I was going to build cash. 

Have you looked at the new construction houses that are sitting on the market right now? I have. And its no wonder they can not sell them. Its the same ugly houses over and over and over. You do not need to spend a ton of $ to build a house that actually looks good!

Think about what i am really in business doing. I create curb appeal. I might be incredible arrogant, but I am confident I could build a house and sell it in this market because i know what looks good.

Heck, just consulting with a landscape archeict on house placement on the lot could drastically change the way the house looks from the road!


----------



## thom (Nov 3, 2006)

Good for you Ruskent.

I built specs until I recently retired. They look way better and are way better built than the standard tract crap we see around here.

As for your question, yes, you pay taxes on the earnings just the same. Just make sure you take advantage of every business expense possible.
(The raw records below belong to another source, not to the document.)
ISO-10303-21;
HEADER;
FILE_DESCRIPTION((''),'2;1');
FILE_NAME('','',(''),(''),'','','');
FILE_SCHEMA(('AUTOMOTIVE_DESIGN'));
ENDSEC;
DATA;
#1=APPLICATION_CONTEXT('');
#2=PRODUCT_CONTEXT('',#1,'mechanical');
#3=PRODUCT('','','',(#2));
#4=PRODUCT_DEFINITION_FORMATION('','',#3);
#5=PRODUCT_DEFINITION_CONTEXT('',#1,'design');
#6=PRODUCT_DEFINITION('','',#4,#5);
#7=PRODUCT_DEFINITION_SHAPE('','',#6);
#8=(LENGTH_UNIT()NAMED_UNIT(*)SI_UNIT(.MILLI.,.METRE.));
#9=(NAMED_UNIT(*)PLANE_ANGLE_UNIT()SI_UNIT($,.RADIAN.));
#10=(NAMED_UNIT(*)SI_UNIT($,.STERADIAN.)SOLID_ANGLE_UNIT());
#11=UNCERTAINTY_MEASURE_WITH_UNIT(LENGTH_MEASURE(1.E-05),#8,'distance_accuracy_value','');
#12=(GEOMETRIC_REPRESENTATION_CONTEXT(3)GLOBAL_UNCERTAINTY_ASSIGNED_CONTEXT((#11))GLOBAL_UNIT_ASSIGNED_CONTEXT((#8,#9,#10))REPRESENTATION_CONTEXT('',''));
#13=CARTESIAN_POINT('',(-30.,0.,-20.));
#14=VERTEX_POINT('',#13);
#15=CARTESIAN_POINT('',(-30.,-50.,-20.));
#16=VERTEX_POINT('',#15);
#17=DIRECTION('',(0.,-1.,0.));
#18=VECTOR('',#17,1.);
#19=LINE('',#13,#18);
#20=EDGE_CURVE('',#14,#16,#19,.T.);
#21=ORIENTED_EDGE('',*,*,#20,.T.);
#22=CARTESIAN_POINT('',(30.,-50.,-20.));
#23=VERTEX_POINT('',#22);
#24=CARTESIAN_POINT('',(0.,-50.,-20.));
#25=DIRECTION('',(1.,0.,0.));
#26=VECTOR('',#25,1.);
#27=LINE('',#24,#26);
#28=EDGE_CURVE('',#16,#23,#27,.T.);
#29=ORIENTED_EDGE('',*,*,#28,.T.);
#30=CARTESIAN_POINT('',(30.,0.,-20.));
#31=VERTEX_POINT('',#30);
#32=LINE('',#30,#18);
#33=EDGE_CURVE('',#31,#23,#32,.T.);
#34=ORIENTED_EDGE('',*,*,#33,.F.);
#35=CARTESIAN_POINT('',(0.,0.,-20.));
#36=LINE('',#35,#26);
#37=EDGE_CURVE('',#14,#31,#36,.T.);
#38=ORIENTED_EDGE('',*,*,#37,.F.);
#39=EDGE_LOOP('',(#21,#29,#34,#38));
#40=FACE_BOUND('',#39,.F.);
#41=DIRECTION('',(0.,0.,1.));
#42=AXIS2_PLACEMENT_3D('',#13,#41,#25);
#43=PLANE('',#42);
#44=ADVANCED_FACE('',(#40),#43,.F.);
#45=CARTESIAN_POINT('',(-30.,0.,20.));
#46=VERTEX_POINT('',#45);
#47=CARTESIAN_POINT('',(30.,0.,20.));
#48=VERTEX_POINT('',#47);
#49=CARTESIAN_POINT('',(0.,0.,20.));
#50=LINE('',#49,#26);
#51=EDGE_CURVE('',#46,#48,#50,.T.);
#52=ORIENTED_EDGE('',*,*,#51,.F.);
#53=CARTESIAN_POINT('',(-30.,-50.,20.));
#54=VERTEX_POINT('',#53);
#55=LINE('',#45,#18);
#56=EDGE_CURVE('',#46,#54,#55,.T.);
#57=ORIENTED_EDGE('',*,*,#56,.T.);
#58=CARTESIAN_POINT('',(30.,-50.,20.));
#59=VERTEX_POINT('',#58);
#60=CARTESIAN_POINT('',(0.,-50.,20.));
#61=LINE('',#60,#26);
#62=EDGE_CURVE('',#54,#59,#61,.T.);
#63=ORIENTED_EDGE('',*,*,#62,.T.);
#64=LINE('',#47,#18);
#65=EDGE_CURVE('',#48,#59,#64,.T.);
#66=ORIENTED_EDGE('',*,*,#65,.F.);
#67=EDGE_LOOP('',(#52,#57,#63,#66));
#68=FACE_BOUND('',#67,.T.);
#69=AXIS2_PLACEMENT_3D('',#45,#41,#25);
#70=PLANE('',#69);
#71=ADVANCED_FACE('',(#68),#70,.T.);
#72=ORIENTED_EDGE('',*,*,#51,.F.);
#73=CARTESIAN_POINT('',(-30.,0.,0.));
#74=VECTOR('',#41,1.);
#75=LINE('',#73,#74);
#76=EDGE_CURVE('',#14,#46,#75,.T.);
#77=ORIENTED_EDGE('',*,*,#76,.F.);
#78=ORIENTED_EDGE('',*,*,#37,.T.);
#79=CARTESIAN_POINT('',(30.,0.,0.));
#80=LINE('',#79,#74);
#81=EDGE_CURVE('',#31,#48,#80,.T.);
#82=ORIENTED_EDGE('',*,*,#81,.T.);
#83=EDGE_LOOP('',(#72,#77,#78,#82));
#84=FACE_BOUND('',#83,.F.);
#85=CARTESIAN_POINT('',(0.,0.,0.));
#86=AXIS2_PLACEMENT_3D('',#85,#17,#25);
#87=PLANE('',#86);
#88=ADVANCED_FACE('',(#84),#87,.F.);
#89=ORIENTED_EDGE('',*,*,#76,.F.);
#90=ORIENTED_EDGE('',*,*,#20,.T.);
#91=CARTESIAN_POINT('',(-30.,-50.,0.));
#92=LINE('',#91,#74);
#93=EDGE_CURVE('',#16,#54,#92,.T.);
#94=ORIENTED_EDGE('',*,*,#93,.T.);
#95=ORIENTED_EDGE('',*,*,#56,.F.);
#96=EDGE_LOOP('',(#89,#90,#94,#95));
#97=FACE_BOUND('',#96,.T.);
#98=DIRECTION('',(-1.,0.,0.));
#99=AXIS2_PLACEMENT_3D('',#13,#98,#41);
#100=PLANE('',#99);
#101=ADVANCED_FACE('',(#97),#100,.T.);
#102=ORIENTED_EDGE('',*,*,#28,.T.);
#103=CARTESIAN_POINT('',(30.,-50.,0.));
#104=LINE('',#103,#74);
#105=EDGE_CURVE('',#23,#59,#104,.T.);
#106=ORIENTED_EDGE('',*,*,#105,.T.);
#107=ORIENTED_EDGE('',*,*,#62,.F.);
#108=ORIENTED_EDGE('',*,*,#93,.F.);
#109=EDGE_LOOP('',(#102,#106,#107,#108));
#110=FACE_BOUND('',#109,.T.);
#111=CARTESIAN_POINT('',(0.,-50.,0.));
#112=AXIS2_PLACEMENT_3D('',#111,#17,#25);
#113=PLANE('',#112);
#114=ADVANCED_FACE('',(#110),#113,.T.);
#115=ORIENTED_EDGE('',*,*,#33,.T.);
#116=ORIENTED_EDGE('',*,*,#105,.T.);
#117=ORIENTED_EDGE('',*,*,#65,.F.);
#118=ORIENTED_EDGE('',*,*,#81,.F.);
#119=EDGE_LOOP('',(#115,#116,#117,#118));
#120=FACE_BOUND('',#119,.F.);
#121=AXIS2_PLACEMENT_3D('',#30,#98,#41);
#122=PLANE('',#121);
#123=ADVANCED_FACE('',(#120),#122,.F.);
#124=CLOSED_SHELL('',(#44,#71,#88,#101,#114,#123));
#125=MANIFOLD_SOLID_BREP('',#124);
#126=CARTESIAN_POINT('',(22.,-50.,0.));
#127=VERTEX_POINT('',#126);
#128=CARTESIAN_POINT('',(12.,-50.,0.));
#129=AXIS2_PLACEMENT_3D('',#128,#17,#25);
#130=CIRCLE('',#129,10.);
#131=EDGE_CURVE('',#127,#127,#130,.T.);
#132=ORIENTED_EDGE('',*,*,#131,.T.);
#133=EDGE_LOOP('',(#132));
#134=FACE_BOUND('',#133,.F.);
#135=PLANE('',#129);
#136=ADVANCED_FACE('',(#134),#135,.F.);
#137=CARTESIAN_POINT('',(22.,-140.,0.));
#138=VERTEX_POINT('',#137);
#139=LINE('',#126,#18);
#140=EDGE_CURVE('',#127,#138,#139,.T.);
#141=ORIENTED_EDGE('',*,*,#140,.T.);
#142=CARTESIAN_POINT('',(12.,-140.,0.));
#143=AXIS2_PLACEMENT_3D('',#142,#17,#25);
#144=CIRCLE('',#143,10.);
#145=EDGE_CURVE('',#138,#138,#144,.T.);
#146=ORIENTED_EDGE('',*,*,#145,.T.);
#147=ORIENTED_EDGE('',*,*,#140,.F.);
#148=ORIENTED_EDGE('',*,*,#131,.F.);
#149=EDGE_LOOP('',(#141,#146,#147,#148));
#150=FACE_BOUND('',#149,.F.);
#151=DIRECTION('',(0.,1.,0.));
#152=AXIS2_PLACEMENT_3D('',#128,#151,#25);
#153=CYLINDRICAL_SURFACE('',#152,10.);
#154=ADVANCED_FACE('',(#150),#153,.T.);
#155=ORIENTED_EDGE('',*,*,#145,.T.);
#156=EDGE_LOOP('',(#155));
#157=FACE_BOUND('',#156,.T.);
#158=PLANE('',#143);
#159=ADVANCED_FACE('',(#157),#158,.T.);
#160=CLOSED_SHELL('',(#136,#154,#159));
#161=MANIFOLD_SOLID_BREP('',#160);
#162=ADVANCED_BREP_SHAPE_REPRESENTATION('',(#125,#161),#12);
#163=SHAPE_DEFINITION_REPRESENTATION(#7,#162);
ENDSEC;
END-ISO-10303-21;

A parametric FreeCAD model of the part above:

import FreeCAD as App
import Part
import Sketcher
Q = App.Units.Quantity


def add_polygon(sketch, points):
    """Adds a closed chain of lines whose ends are joined by coincident constraints."""
    first, n = sketch.GeometryCount, len(points)
    for a, b in zip(points, points[1:] + points[:1]):
        sketch.addGeometry(Part.LineSegment(App.Vector(*a, 0), App.Vector(*b, 0)), False)
    for i in range(n):
        sketch.addConstraint(Sketcher.Constraint("Coincident", first + i, 2, first + (i + 1) % n, 1))

doc = App.newDocument("Part")
body = doc.addObject("PartDesign::Body", "Body")

# Sketch on XZ plane
sketch1 = body.newObject("Sketcher::SketchObject", "Sketch")
sketch1.AttachmentSupport = (doc.getObject("XZ_Plane"), [""])
sketch1.MapMode = "FlatFace"
add_polygon(sketch1, [(-30, 20), (-30, -20), (30, -20), (30, 20)])  # lines 0-3
sketch1.addConstraint([
    Sketcher.Constraint("Vertical", 0),
    Sketcher.Constraint("Horizontal", 1),
    Sketcher.Constraint("Vertical", 2),
    Sketcher.Constraint("Horizontal", 3),
    Sketcher.Constraint("Symmetric", 0, 2, 2, 2, -1, 1),
    Sketcher.Constraint("DistanceX", 1, 1, 1, 2, Q("60 mm")),
    Sketcher.Constraint("DistanceY", 0, 2, 0, 1, Q("40 mm")),
])
pad1 = body.newObject("PartDesign::Pad", "Pad")
pad1.Profile = sketch1
pad1.Length = 50
body2 = doc.addObject("PartDesign::Body", "Body001")

# Sketch on XZ plane
sketch2 = body2.newObject("Sketcher::SketchObject", "Sketch001")
sketch2.AttachmentSupport = (doc.getObject("XZ_Plane001"), [""])
sketch2.MapMode = "FlatFace"
sketch2.AttachmentOffset = App.Placement(App.Vector(0, 0, 50), App.Rotation())
sketch2.addGeometry(Part.Circle(App.Vector(12, 0, 0), App.Vector(0, 0, 1), 10), False)
sketch2.addConstraint([
    Sketcher.Constraint("PointOnObject", 0, 3, -1),
    Sketcher.Constraint("Diameter", 0, Q("20 mm")),
    Sketcher.Constraint("DistanceX", -1, 1, 0, 3, Q("12 mm")),
])
pad2 = body2.newObject("PartDesign::Pad", "Pad001")
pad2.Profile = sketch2
pad2.Length = 90

doc.recompute()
A big one most guys miss. Buy lunch for your crew, every day, on the jobsite. They consider it an added benefit. The real benefit is to you. The guys don't spend a half hour picking up the tools and another half hour getting them out so they don't get stolen over lunch. Everyone's back to work on time. You can talk to the entire crew during lunch. The whole lunch cost is fully deductible because it serves a legitimate business purpose.


----------



## jmic (Dec 10, 2005)

Give it all the curb appeal you want. The question is will it appraise for what your market will bear ?


----------



## ruskent (Jun 20, 2005)

jmic said:


> Give it all the curb appeal you want. The question is will it appraise for what your market will bear ?


jmic It does not neccessarily cost more to build a house that looks good. Some houses look bad for just akward window placement.


----------



## LNG24 (Oct 30, 2005)

Matt, I'll show you gorgeous homes with magnificent landscaping and THEY are sitting on the market. I am not saying you can't do it. Or that you don't know what would look good, but there is far more to building AND selling a home than Good Looks. 

I can build the best damn house out there, but if someone can not get a mortgage to buy it, then what good is it. I'll be happy to have a fellow agent spend some time with you showing you the market stats for the area you want to build. You build whats selling. Not what looks good. I can sell a ton of $275k homes right now because those are the people that are out there buying. I can bring you over to Connecticut and show you the most gorgeous 1 million dollar home you ever saw. Its been on the market over a year now. Can't move it and they are going to have to take a LOSS to get out from under it. Toll Bros. is trying to dump inventory around here just like everywhere else. They have seen a turn around in Naples. FYI: Naples was the first market to tank. It looks like its the first to recover if it can show another quarter of increases. 

If you have cash to build the home. Go acquire some land. As much as you can in good locations. Then Sit and wait. When the market recovers, you will have dozens of builders looking for land to build on. Then name your price.

I've got 71 acres on the market right now. 71 ACRES! for $350k. That should be selling for $500k. 2 acre zoning. Great property, has a challenging entrance, thats it. Have another deal in the works on a few hundred acres across the river. Builder went belly up. Municipal water and sewer is in place (the districts that is and the facilities, not the lines) Going to make someone a good chuck of change if we can get the banks out of the way. 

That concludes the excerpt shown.